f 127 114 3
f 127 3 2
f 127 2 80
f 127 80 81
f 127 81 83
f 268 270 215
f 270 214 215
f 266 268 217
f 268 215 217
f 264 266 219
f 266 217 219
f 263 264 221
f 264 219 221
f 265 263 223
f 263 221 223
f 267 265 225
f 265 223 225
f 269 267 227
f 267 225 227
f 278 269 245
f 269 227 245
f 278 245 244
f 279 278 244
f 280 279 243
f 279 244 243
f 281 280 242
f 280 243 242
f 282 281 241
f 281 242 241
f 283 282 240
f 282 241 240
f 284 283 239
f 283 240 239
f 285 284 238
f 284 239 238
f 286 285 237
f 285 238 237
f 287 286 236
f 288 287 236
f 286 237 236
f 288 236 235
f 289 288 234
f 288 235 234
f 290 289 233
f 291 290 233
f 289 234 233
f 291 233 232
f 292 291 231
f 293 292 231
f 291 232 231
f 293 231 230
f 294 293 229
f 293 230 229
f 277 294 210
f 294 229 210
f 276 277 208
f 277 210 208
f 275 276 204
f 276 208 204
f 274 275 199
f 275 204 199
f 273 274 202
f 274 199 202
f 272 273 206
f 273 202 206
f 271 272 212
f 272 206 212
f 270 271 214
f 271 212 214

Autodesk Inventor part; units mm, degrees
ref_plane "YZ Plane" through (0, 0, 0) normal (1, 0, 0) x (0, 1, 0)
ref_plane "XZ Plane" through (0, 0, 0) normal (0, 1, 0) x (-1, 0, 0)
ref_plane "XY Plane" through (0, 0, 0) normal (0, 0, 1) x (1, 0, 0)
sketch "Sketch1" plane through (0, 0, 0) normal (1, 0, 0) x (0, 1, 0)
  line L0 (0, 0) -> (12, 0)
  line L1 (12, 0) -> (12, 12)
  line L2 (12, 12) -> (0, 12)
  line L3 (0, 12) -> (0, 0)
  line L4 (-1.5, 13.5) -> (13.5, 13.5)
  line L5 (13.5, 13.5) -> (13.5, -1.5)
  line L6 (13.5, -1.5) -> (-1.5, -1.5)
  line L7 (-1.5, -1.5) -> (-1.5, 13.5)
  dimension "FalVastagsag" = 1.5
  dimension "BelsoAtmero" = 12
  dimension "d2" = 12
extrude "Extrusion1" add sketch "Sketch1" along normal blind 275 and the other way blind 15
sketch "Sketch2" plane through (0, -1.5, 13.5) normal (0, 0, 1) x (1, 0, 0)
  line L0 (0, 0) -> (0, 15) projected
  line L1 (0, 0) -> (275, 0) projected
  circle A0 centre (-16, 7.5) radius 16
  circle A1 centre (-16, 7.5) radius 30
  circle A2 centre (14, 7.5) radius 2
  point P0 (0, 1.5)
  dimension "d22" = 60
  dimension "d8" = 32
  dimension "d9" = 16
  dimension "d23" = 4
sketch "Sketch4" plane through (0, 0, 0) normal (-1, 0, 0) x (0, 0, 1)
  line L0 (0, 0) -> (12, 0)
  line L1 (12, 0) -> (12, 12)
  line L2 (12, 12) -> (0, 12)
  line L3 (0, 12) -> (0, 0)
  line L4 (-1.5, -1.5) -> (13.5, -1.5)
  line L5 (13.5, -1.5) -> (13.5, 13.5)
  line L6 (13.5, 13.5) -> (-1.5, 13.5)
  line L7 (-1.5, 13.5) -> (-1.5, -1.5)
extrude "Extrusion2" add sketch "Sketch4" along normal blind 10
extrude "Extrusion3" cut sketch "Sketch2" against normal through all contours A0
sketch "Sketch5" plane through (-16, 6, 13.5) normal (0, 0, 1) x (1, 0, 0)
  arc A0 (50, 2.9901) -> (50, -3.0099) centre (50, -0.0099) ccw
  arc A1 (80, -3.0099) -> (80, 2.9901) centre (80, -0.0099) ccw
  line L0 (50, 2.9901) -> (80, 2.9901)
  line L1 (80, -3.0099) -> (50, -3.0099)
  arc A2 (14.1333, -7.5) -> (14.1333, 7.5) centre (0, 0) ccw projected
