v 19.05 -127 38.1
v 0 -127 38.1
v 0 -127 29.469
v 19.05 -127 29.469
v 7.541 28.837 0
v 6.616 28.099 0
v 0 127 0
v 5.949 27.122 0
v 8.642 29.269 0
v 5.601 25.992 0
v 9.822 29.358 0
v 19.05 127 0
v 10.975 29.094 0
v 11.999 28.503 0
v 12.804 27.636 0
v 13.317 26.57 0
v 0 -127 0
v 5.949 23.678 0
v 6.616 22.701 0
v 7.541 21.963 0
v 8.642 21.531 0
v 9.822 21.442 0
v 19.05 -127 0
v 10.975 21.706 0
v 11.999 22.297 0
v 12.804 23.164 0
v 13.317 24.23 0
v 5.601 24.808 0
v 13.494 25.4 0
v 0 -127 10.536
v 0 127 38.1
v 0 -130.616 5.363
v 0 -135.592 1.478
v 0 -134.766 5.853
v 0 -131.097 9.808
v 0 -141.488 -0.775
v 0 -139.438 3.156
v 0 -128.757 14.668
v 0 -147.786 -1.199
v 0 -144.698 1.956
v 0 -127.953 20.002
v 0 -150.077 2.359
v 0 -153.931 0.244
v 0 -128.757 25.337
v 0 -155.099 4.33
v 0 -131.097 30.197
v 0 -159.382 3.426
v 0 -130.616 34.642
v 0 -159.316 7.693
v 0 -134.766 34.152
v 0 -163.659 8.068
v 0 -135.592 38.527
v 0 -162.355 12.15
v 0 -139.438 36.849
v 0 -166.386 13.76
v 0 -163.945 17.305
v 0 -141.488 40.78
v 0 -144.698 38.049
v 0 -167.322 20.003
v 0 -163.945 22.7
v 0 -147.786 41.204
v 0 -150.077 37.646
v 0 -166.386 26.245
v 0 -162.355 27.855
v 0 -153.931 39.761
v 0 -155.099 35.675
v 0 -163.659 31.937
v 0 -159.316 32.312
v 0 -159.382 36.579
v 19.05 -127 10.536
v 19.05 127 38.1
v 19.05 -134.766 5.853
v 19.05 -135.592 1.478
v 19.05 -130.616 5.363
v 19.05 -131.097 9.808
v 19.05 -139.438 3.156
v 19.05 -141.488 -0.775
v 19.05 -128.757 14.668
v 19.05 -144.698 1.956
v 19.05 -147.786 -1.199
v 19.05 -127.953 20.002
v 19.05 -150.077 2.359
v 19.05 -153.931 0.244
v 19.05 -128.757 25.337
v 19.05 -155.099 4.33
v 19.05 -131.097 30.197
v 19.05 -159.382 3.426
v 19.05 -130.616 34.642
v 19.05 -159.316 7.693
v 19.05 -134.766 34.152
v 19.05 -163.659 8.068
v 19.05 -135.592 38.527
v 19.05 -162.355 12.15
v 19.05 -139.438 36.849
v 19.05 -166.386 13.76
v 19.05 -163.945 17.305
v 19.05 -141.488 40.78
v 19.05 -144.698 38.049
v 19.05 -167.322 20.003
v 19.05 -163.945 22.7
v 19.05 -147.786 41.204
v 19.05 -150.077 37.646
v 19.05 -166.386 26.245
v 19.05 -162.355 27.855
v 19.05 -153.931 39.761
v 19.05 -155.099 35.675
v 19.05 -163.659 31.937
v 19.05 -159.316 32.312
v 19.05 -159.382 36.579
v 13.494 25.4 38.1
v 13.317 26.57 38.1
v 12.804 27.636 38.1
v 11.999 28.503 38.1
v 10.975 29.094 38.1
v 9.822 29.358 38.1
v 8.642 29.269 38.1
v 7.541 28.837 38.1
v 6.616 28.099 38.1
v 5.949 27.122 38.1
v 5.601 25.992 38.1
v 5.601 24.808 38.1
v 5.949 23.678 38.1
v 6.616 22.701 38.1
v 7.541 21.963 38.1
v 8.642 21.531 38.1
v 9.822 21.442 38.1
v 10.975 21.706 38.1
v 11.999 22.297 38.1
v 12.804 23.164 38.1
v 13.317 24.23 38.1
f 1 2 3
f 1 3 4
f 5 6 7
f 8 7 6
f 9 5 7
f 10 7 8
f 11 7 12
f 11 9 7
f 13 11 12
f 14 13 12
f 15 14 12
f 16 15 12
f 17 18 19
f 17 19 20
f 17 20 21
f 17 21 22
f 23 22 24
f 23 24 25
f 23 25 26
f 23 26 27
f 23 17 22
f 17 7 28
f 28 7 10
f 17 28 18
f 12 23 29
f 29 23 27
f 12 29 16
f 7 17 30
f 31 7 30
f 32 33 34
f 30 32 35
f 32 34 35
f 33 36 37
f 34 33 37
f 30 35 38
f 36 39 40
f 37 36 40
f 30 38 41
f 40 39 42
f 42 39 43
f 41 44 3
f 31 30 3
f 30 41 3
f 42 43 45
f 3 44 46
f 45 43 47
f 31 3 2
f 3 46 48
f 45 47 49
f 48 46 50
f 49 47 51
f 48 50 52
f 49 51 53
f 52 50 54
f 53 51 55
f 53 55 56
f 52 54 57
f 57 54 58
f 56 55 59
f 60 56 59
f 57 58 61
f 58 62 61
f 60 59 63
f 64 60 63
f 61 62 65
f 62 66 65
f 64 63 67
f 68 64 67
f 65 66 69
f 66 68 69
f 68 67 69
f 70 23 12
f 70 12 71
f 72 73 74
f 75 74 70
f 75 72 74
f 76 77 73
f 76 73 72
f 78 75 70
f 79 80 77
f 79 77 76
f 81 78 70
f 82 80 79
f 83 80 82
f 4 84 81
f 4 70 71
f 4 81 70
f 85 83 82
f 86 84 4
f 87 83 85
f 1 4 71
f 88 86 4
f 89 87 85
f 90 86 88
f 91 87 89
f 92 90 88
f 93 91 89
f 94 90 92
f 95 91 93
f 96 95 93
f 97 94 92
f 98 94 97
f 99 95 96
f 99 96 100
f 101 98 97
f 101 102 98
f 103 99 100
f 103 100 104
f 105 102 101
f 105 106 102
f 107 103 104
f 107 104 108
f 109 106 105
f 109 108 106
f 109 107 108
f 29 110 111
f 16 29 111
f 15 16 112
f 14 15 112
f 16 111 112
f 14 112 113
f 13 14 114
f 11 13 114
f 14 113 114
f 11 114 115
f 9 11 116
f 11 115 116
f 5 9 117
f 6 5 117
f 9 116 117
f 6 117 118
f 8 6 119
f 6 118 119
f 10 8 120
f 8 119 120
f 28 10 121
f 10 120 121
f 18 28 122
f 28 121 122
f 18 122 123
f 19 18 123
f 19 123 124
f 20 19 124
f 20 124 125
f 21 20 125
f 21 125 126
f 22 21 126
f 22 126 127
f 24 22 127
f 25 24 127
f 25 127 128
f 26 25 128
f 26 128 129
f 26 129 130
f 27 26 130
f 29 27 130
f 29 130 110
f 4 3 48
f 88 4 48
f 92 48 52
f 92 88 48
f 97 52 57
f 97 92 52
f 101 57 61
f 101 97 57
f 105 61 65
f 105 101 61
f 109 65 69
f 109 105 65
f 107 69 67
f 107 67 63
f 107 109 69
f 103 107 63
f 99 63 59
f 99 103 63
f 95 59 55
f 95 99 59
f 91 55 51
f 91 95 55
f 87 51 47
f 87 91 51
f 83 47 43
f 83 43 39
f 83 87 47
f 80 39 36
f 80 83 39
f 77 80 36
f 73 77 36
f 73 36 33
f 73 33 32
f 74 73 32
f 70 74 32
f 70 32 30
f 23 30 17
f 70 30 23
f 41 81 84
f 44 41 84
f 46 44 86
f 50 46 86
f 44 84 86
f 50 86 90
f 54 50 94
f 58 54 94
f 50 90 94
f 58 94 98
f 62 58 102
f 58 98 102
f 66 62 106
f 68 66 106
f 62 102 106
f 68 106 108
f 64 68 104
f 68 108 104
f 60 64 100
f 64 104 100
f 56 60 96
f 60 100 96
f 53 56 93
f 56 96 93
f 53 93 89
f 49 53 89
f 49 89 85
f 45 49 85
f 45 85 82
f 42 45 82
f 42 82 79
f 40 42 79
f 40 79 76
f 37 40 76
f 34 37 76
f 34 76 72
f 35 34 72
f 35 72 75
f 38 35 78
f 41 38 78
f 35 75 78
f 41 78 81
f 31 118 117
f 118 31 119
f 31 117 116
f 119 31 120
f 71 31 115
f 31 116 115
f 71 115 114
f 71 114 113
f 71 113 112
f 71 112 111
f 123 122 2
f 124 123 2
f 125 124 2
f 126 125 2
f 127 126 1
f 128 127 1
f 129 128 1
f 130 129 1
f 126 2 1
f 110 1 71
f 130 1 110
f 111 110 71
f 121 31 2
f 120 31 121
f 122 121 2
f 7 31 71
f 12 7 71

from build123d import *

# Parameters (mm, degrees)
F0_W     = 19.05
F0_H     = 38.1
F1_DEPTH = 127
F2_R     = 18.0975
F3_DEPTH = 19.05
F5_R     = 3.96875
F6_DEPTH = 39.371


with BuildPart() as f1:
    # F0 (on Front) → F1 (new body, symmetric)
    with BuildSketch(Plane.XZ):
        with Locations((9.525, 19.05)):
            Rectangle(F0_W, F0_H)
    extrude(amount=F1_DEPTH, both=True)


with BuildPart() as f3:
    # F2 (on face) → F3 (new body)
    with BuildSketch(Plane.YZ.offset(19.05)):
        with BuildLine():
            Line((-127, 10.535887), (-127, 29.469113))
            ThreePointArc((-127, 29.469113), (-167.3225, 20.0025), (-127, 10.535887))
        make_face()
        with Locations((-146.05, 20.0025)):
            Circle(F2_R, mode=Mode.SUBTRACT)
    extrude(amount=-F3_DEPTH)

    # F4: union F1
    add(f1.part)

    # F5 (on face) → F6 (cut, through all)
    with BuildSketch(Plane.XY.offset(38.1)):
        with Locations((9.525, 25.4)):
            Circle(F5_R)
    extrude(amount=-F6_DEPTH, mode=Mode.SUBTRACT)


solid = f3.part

——————

YOUR OBJECTIVE:
Provide the number of lines above that include the string "blind", with no other words.

SOLUTION FOR THIS EXERCISE:
2